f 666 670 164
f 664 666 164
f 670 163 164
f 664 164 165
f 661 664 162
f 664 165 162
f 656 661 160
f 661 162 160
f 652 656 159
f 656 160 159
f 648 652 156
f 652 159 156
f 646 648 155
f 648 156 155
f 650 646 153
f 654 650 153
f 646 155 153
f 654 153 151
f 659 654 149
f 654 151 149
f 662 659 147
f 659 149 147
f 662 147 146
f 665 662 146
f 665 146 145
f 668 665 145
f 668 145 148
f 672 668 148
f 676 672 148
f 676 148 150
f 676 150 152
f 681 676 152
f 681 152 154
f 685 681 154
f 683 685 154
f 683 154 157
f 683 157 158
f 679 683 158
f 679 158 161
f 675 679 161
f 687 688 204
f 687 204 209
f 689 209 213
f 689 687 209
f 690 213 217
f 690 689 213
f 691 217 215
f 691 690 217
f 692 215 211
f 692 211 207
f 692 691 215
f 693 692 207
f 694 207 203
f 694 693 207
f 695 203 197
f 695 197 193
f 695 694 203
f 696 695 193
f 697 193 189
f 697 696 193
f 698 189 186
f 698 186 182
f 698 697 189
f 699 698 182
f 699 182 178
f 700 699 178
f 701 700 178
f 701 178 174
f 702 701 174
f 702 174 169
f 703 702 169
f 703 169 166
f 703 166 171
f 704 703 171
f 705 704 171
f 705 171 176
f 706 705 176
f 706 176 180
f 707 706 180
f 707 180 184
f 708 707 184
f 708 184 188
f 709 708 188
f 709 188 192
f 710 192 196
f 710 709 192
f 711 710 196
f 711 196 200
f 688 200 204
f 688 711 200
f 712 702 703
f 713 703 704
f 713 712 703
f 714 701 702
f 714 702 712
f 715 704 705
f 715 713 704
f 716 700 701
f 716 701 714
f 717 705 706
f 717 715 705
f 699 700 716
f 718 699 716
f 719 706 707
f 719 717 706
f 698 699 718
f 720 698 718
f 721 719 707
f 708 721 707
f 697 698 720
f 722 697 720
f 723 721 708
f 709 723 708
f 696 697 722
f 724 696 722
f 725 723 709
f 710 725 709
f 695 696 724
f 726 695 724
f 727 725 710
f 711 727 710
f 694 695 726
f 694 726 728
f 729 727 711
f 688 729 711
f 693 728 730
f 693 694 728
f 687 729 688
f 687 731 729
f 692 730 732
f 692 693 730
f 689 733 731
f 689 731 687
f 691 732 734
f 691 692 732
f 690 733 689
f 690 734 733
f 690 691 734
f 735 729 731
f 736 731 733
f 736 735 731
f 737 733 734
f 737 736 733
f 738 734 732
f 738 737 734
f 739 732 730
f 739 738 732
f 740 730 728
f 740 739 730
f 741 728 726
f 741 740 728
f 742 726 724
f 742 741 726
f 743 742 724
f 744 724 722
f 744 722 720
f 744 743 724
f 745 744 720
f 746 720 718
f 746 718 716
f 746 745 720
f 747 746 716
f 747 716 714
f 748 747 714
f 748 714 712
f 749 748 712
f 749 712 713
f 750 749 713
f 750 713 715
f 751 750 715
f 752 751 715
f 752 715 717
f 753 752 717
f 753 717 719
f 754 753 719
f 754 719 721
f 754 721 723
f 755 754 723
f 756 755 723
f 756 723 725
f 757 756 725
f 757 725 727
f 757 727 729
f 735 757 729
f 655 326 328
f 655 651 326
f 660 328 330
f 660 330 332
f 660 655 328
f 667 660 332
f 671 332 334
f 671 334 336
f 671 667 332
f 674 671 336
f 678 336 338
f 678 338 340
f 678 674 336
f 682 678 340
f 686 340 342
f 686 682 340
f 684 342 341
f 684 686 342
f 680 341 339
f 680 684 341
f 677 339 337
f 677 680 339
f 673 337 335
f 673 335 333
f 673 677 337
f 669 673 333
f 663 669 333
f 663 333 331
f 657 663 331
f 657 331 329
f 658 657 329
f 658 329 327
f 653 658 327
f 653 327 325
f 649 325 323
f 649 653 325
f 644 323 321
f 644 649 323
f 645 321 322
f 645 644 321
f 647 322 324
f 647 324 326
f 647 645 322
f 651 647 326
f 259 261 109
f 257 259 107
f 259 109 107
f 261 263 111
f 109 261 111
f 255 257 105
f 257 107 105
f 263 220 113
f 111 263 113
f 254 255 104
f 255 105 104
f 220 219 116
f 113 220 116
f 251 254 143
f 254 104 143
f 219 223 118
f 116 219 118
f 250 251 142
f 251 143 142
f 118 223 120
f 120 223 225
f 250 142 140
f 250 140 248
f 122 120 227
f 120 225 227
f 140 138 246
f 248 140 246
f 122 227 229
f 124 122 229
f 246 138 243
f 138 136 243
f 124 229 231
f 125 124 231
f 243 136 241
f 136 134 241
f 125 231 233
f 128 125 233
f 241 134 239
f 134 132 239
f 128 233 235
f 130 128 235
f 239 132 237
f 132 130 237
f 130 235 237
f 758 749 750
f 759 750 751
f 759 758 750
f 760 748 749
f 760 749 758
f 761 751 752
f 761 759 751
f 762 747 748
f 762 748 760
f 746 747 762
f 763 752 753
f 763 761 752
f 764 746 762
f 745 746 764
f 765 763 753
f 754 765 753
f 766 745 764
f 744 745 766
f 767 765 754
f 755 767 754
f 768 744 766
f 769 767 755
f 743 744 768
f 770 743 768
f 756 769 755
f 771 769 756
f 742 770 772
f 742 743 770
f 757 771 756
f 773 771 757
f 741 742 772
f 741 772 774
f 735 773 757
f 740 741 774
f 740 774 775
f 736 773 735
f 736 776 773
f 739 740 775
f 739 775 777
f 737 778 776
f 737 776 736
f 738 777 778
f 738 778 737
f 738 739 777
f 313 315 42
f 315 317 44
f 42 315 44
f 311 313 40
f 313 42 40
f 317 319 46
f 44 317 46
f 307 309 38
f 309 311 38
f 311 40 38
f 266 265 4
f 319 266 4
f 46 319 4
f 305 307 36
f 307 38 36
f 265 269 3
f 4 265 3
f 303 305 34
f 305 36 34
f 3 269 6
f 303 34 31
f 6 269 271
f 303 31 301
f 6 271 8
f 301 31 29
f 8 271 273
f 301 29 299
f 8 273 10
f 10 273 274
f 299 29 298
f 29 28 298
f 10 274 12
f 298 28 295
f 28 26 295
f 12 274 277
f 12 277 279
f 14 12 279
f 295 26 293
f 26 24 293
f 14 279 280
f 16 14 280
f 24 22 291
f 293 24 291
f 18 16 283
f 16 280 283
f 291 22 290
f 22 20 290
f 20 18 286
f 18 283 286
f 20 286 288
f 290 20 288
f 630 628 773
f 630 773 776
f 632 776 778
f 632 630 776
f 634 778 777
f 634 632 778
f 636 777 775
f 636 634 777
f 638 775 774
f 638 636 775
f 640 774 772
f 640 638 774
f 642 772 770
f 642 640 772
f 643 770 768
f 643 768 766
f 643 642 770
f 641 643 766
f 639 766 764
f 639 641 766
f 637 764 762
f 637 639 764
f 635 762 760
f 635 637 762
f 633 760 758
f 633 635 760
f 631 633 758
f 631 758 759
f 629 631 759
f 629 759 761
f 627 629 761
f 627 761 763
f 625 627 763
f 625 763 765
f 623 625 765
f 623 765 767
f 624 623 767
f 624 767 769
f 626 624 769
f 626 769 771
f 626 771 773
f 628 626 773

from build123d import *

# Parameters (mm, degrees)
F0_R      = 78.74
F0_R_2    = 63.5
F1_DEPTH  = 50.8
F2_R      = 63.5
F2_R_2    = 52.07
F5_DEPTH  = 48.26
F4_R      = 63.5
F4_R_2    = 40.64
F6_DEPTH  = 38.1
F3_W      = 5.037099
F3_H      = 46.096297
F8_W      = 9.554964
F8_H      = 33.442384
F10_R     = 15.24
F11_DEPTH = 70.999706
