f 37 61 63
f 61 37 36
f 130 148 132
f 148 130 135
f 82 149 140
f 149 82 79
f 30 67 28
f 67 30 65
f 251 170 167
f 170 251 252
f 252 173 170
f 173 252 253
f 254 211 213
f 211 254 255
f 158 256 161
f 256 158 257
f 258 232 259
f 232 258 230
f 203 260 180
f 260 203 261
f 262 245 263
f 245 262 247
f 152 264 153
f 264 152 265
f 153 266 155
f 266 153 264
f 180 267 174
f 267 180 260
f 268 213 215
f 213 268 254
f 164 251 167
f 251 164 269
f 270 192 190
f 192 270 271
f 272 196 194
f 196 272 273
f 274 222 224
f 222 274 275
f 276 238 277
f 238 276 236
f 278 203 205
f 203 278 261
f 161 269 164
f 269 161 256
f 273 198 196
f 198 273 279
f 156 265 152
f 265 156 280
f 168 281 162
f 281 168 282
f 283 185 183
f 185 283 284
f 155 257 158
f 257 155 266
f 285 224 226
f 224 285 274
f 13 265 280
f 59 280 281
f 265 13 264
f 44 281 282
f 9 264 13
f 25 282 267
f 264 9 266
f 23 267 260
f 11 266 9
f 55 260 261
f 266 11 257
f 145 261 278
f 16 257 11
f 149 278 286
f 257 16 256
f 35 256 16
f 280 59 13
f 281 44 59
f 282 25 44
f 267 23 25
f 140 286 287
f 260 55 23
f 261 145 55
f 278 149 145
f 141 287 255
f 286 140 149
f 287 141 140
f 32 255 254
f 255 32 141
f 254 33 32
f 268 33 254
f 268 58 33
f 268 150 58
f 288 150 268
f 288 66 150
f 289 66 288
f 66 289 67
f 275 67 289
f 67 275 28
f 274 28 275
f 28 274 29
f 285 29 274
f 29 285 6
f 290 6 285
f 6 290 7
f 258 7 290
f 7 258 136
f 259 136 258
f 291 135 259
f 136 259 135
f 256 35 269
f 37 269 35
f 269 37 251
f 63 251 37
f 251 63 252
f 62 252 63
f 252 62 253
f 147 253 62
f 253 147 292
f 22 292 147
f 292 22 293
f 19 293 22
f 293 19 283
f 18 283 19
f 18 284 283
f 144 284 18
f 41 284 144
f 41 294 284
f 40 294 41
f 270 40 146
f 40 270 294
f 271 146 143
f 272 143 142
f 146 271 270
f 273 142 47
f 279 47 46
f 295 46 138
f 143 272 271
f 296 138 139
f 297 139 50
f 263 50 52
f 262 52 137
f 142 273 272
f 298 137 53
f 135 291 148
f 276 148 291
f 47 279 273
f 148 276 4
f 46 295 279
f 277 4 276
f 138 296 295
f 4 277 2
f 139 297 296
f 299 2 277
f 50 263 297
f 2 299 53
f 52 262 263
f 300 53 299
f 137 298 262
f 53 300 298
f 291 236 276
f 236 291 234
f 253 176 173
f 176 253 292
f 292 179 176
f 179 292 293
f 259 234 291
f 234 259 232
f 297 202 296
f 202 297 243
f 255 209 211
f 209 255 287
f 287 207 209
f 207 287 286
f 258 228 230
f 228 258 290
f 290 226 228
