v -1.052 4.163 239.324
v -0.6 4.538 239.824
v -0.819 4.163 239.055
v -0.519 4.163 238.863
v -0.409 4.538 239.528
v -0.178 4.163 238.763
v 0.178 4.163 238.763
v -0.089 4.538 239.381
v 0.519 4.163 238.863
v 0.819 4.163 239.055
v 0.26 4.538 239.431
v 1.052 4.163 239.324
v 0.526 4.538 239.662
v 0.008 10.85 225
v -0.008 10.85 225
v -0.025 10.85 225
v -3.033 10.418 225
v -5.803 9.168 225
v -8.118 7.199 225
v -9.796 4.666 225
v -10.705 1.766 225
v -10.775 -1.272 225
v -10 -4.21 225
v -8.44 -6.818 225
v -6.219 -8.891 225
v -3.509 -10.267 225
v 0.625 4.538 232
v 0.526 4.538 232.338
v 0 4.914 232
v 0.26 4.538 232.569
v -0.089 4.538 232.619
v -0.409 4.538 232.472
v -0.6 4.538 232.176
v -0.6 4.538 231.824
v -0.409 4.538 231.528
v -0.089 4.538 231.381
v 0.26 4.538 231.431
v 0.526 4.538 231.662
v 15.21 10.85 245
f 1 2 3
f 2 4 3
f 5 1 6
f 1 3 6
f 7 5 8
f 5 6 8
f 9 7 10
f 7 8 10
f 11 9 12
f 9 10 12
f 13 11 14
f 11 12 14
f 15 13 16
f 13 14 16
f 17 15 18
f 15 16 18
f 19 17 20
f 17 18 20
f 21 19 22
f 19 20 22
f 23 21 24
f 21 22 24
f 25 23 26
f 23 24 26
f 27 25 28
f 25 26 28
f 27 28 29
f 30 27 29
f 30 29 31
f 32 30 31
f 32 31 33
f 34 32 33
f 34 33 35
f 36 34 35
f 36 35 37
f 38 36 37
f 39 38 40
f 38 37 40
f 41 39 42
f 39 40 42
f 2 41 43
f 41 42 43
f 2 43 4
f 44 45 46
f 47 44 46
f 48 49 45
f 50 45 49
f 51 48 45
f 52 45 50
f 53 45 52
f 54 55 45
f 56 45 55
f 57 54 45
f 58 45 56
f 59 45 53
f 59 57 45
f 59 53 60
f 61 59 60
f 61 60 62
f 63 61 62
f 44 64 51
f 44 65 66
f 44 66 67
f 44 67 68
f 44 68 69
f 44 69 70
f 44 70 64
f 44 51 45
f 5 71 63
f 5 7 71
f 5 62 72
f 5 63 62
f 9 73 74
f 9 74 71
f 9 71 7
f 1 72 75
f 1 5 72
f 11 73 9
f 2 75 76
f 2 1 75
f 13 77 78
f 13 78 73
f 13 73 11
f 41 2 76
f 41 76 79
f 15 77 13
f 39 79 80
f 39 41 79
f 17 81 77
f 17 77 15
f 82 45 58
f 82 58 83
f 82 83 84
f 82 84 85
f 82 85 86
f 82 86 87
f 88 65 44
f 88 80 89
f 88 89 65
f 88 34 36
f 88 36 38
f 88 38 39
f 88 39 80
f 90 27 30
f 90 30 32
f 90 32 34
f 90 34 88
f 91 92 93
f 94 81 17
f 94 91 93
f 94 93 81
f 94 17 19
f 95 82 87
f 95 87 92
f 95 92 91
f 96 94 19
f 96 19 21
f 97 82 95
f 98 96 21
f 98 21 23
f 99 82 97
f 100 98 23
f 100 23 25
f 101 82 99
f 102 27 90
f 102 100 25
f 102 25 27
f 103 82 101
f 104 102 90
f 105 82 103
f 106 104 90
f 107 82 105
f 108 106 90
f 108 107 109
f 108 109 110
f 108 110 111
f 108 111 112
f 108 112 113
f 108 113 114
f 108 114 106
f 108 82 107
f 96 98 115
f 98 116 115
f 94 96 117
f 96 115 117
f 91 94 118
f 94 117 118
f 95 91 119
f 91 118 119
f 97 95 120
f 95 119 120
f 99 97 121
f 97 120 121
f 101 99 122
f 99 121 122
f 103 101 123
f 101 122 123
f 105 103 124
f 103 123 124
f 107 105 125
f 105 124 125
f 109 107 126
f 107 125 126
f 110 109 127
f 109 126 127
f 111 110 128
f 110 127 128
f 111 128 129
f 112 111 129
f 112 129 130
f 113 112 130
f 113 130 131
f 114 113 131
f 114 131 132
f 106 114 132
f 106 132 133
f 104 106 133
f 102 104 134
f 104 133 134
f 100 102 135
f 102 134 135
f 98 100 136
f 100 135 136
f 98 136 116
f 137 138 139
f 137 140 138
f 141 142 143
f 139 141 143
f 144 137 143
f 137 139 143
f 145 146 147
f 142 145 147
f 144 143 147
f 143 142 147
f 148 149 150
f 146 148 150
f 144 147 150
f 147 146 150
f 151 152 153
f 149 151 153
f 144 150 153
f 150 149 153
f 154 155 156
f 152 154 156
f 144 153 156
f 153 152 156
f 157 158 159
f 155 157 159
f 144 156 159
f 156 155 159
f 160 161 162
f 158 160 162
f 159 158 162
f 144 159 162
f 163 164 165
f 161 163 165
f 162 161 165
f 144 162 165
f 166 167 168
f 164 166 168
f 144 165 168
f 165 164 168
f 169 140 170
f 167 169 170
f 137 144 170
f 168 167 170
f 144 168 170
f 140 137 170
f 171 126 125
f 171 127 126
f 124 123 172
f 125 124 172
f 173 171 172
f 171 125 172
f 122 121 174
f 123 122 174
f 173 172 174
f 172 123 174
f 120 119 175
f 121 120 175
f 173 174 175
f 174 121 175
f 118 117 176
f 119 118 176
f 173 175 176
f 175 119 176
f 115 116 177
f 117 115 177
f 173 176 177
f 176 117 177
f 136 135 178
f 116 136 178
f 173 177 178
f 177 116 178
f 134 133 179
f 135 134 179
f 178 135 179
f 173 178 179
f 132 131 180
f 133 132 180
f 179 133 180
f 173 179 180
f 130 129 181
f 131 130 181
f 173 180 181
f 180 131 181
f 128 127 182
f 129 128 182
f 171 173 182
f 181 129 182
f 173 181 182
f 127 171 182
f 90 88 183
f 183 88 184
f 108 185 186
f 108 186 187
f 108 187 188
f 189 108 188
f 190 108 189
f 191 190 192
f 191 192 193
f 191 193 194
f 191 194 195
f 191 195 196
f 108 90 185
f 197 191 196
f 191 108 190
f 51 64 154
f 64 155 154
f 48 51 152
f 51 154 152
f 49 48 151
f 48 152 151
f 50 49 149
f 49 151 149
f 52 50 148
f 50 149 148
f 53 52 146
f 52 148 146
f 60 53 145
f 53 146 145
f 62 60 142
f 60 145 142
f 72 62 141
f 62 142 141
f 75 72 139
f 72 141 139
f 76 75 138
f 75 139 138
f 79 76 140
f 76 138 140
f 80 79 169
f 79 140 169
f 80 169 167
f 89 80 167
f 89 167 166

# WHAT THE TASK REQUIRES
Copy out the lines beginning at the one that contains "f 131 130 181". Stop at the final line of the data, and include it.

# ANSWER SECTION
f 131 130 181
f 173 180 181
f 180 131 181
f 128 127 182
f 129 128 182
f 171 173 182
f 181 129 182
f 173 181 182
f 127 171 182
f 90 88 183
f 183 88 184
f 108 185 186
f 108 186 187
f 108 187 188
f 189 108 188
f 190 108 189
f 191 190 192
f 191 192 193
f 191 193 194
f 191 194 195
f 191 195 196
f 108 90 185
f 197 191 196
f 191 108 190
f 51 64 154
f 64 155 154
f 48 51 152
f 51 154 152
f 49 48 151
f 48 152 151
f 50 49 149
f 49 151 149
f 52 50 148
f 50 149 148
f 53 52 146
f 52 148 146
f 60 53 145
f 53 146 145
f 62 60 142
f 60 145 142
f 72 62 141
f 62 142 141
f 75 72 139
f 72 141 139
f 76 75 138
f 75 139 138
f 79 76 140
f 76 138 140
f 80 79 169
f 79 140 169
f 80 169 167
f 89 80 167
f 89 167 166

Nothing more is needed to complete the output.